Peepo Choo Vol. 2 (of 3): This Vertical-published Felipe Smith production, following various over-the-top culture-shopping parties on a collision course of US-Japan misunderstanding, would have to be this year’s SPX grand champion in the ‘people bringing the series up to me without any prompting whatsoever’ division. Everyone thought it was really funny, and I basically agree. Here’s more. Review of vol. 1 here; $12.95.
The Bulletproof Coffin #4 (of 6): And here’s more of David Hine & Shaky Kane. I don’t mention a lot of continuing series in this column, unless it’s been a while since an issue came out or there some topic that’s worth mentioning, but I ought to say I particularly liked how reality started to break apart and merge again in issue #3. Preview; $3.99.
Joe the Barbarian #7 (of 8): Meanwhile, the penultimate issue of this Grant Morrison/Sean Murphy series arrives from Vertigo. Owing to apparent scripting delays — not an unknown phenomena when long or long-ish Morrison series approach their conclusion, as readers of Seven Soldiers will recall — the final issue probably won’t appear until November; $2.99.
Daniel Clowes: Conversations: And topping it off with your book-about-comics for the week – a new 240-page University Press of Mississippi collection of discussions with the title artist, spanning 1988 to 2009, edited by Ken Parille & Isaac Cates; $22.00.
Labels: Chris Ware, CLiNT, Jim Steranko, Mark Millar, SPX, This Week in Comics
That Lint cover has a lot more going on than I had previously thought
Looking forward to finally getting my hands on Prison Pit
SPX out of Bethesda!
CLiNT looks bloody awful.
It’s basically a “lads mag” with comics, as far as I can tell…Frankie Boyle on the cover and an interview with Jimmy Fucking Carr?!?! No thanks.
If you follow comic book serials, it’s also (so I’ve read) somewhat heavy with reprints, at least in its first issue… the entirety of Millar/McNiven’s NEMESIS #1 is included, plus bits(?) of TURF #1 by Jonathan Ross & Tommy Lee Edwards. Here’s a review:
http://mindlessones.com/2010/09/06/to-do-a-kick-ass-2-review/
I do suspect those eight pages of KICK-ASS 2 look nice oversized, mind you…

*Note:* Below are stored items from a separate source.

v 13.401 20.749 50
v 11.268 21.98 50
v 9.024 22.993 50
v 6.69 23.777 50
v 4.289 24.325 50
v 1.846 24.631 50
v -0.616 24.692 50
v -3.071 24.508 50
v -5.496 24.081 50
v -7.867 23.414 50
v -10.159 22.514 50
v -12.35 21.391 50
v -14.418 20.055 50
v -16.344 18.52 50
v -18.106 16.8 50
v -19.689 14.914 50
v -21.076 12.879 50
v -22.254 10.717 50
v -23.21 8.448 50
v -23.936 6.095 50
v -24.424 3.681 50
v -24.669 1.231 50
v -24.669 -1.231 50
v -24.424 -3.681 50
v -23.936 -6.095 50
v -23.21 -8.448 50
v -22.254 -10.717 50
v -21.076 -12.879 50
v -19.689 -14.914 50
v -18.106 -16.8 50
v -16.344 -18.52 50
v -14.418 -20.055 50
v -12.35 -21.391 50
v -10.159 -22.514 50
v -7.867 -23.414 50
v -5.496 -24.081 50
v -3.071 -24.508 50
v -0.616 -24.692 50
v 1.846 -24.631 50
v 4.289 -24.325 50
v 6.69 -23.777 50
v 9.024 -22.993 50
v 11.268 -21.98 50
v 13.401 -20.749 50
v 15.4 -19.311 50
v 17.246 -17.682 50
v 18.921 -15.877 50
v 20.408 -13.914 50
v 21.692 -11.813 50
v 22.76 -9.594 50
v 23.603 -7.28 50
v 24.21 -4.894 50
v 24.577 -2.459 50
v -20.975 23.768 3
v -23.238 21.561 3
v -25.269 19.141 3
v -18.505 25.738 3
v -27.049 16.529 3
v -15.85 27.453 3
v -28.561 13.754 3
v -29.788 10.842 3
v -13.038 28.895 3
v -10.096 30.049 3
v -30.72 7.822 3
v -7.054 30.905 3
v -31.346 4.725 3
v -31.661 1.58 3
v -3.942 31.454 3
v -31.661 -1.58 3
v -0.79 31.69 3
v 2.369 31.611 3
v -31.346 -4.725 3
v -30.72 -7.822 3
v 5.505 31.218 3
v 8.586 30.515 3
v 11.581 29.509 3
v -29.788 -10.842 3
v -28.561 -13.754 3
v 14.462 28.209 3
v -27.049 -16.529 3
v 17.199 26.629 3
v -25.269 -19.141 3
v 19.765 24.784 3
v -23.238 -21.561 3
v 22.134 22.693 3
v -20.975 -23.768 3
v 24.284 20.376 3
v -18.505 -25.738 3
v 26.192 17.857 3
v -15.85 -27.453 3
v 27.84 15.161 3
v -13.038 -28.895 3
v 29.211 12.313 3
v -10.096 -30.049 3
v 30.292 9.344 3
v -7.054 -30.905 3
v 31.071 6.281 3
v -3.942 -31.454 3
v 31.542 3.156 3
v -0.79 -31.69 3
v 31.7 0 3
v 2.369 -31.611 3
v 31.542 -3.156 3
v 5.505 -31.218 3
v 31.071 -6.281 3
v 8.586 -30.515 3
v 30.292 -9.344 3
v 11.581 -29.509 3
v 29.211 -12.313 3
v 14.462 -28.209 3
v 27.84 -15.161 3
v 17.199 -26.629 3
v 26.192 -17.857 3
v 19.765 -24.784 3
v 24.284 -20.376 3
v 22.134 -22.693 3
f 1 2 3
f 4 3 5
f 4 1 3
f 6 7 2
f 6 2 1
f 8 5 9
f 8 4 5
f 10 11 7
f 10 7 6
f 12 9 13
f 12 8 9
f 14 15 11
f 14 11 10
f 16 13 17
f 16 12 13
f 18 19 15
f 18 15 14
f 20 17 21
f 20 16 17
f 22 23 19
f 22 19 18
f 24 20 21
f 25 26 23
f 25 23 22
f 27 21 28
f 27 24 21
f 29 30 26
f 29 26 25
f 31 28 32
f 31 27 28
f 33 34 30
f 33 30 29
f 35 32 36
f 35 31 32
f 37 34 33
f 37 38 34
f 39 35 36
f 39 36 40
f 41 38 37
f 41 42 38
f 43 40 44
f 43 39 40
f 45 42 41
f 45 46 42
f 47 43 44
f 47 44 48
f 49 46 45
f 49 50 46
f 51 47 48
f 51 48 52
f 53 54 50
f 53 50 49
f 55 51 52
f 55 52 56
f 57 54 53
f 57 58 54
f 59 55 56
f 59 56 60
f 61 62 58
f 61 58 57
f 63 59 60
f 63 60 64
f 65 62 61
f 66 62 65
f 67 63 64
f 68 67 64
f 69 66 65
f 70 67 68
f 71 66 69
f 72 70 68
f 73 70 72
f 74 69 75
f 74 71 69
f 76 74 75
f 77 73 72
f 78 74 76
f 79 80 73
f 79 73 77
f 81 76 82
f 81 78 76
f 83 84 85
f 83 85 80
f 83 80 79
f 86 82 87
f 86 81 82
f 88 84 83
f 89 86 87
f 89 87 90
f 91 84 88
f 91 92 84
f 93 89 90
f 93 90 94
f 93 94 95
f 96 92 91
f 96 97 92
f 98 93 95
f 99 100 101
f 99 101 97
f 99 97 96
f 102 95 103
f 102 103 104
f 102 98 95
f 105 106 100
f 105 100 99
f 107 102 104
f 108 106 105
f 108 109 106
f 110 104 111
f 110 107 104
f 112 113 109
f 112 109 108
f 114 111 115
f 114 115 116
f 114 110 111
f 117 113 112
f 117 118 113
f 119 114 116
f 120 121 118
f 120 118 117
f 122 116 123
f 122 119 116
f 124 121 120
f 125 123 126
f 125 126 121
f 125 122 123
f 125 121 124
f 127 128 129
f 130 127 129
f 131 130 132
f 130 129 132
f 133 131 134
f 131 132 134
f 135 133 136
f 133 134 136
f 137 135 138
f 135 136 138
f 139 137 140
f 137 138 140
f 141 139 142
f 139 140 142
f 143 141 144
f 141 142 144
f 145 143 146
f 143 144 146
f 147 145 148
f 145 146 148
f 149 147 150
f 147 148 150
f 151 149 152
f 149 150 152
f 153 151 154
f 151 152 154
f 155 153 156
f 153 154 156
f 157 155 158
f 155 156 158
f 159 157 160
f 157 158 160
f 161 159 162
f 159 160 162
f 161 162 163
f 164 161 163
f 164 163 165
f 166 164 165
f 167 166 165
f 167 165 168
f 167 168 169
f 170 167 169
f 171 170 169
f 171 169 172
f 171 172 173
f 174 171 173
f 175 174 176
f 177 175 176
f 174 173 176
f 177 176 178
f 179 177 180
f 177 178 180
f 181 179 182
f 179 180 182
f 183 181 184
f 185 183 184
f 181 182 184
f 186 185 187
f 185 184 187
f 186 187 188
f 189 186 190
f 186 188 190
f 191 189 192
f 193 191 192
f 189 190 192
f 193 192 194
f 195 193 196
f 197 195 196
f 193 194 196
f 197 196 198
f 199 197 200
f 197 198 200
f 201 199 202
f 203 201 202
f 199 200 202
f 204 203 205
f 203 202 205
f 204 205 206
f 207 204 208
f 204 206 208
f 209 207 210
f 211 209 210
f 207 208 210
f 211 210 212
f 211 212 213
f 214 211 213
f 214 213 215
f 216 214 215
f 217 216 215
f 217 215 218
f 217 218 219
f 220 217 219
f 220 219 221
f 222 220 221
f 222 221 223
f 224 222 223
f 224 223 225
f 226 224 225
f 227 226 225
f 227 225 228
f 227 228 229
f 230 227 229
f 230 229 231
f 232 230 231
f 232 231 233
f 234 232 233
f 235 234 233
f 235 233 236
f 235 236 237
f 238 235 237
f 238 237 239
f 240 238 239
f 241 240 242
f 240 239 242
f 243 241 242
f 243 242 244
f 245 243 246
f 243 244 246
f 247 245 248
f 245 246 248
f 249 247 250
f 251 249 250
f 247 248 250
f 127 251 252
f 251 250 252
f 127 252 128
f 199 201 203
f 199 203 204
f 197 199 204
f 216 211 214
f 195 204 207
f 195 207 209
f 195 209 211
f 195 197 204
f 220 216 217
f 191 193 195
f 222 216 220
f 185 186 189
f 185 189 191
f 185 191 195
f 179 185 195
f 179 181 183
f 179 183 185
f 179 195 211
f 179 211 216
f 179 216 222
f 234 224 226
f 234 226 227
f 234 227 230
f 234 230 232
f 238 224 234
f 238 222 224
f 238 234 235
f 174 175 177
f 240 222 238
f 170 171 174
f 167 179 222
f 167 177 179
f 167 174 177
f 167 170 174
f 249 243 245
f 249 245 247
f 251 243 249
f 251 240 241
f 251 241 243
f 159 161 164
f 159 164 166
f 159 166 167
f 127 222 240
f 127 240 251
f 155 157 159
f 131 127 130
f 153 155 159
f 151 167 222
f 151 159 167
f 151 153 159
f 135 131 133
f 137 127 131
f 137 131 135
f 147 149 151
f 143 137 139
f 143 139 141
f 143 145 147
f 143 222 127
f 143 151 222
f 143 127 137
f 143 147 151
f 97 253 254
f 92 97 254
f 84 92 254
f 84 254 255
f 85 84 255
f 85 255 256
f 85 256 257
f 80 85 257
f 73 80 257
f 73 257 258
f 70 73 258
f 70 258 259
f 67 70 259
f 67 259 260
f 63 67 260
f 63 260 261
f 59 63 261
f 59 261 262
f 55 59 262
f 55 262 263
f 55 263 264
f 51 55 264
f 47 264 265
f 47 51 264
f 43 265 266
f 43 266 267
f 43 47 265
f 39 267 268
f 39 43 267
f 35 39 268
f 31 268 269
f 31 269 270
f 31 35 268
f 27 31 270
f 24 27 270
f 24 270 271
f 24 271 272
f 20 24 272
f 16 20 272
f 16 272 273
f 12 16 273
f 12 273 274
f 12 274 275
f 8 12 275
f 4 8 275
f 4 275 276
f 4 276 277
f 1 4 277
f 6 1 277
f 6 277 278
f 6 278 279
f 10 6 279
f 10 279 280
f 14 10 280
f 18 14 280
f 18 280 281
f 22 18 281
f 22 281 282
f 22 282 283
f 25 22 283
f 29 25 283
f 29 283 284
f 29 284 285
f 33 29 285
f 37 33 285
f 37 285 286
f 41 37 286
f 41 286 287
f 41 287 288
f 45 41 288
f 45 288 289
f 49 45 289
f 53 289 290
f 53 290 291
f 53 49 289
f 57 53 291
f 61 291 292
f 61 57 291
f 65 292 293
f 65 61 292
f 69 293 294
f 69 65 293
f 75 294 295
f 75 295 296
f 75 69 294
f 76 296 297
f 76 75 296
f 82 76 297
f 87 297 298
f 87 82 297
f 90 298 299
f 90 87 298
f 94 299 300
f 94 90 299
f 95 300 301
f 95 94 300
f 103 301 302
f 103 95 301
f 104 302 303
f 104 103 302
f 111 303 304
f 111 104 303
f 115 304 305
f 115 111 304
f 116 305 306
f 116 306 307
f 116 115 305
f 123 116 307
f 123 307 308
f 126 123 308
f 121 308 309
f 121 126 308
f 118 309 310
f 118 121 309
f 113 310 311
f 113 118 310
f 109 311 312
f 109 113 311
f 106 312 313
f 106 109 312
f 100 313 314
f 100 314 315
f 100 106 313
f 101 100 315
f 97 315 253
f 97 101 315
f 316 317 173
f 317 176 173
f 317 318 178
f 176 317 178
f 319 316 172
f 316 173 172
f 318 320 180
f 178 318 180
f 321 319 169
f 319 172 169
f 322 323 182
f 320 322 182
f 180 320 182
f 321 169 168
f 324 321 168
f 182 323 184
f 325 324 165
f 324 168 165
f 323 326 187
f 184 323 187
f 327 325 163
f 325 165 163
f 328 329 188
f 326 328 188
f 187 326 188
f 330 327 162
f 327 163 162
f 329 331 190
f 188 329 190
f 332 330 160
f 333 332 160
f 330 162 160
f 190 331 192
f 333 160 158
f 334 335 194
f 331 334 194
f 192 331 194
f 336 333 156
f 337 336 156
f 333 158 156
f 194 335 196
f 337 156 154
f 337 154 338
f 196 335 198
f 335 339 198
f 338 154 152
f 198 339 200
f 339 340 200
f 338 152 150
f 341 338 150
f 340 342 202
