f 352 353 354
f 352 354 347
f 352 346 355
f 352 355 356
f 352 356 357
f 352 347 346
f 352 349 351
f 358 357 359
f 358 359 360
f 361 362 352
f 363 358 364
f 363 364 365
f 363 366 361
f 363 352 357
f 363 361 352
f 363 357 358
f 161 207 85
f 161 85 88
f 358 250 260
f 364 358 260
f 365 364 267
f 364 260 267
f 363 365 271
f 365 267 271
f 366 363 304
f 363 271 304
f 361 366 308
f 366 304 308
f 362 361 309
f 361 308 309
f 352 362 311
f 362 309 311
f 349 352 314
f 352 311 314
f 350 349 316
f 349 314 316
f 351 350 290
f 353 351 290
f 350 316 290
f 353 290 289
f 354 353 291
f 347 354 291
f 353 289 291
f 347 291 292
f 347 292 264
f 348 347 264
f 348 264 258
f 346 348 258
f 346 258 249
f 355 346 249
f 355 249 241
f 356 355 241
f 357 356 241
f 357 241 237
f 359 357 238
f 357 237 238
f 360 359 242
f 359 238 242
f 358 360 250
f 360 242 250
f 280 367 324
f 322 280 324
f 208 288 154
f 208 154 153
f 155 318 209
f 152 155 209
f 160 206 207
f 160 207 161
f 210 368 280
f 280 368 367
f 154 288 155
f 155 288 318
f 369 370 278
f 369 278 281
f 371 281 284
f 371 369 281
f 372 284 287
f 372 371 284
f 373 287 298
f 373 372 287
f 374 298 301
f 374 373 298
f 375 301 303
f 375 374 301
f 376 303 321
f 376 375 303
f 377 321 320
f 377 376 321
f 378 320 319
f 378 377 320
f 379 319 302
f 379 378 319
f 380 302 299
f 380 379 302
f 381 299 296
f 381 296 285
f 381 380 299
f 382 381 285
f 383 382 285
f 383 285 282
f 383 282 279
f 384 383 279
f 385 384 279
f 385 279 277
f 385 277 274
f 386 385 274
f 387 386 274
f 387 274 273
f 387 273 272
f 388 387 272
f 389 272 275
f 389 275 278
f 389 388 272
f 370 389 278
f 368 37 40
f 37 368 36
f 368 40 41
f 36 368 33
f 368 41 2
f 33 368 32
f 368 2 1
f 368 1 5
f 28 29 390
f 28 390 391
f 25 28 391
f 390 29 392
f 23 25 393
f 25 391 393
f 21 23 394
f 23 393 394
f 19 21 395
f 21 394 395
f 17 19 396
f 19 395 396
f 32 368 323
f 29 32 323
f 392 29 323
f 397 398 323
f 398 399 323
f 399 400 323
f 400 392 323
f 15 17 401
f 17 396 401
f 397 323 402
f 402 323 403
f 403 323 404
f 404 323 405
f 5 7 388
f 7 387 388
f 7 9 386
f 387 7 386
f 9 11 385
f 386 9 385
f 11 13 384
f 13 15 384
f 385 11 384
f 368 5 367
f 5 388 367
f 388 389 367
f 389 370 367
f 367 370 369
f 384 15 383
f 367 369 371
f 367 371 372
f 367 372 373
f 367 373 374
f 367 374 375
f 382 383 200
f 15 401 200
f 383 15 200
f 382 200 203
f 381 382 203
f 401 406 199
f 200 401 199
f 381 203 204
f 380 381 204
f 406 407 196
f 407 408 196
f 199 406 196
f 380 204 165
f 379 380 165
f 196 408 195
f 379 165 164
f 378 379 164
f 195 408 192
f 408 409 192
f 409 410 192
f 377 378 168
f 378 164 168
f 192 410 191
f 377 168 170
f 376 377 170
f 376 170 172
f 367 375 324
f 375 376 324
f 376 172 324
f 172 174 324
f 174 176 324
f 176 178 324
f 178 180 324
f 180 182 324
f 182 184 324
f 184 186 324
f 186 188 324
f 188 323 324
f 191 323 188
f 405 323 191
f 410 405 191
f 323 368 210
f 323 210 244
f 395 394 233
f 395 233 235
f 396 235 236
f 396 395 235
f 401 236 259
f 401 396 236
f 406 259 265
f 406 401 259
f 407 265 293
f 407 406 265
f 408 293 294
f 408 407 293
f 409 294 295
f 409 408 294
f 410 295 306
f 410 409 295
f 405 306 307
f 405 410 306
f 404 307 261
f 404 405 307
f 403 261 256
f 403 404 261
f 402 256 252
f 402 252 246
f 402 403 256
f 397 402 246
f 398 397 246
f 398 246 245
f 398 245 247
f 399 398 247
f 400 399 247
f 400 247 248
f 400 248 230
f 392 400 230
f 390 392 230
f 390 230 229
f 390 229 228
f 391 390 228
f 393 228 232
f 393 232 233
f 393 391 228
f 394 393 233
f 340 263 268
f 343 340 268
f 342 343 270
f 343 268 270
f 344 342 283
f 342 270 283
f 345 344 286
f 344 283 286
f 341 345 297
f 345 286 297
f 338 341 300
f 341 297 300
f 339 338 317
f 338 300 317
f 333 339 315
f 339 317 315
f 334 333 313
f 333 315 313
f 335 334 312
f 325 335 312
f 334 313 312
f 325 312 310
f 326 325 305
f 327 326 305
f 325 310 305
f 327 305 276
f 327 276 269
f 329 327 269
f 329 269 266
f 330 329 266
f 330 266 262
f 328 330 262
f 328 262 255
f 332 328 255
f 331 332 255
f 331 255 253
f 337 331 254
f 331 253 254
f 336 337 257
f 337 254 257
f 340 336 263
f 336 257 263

Secretly, Chris Ware hopes that people think that Acme #20 is really titled UNT.
[…] “I hope the little girl cuts someone”: At Comics Comics, Jog attempts to review Mark Millar’s new magazine. Kinda. […]
UPDATE: Despite its absence from Diamond’s official shipping list this week, some stores appear to have gotten the new LOVE AND ROCKETS, which I think is maybe worth checking out, possibly.
Clint’s strippage is:
8 pages of Kick Ass 2
All of Turf #1
All of Nemesis #1
Rex Royd – maybe 10/12 pages or so? (Readbale enough, kind of entry level gonzo but with a certain splattery energy)
The Diner – 3 page sting-in-the-tale zombie strip, minus both sting and tale
Been thinking that I need to refam. myself with Steranko lately, and upon further examination I feel confident in saying that not only does Steranko not really reward deeper study, but also, to paraphrase Gertrude Stein, there’s no Ware there.
let’s see you say that to Mazzucchelli. To his face, haha. I hear he kills students for similar heresy.
A Steranko fan scanned Outland and sent it to me. It took him over a year. Jim knows it is there and has never asked me to remove it. If it ever does gets collected and published in English, I will take it down.
Yah, that site is a treasure. Even if you take it down one could still find it with the internet way back machine.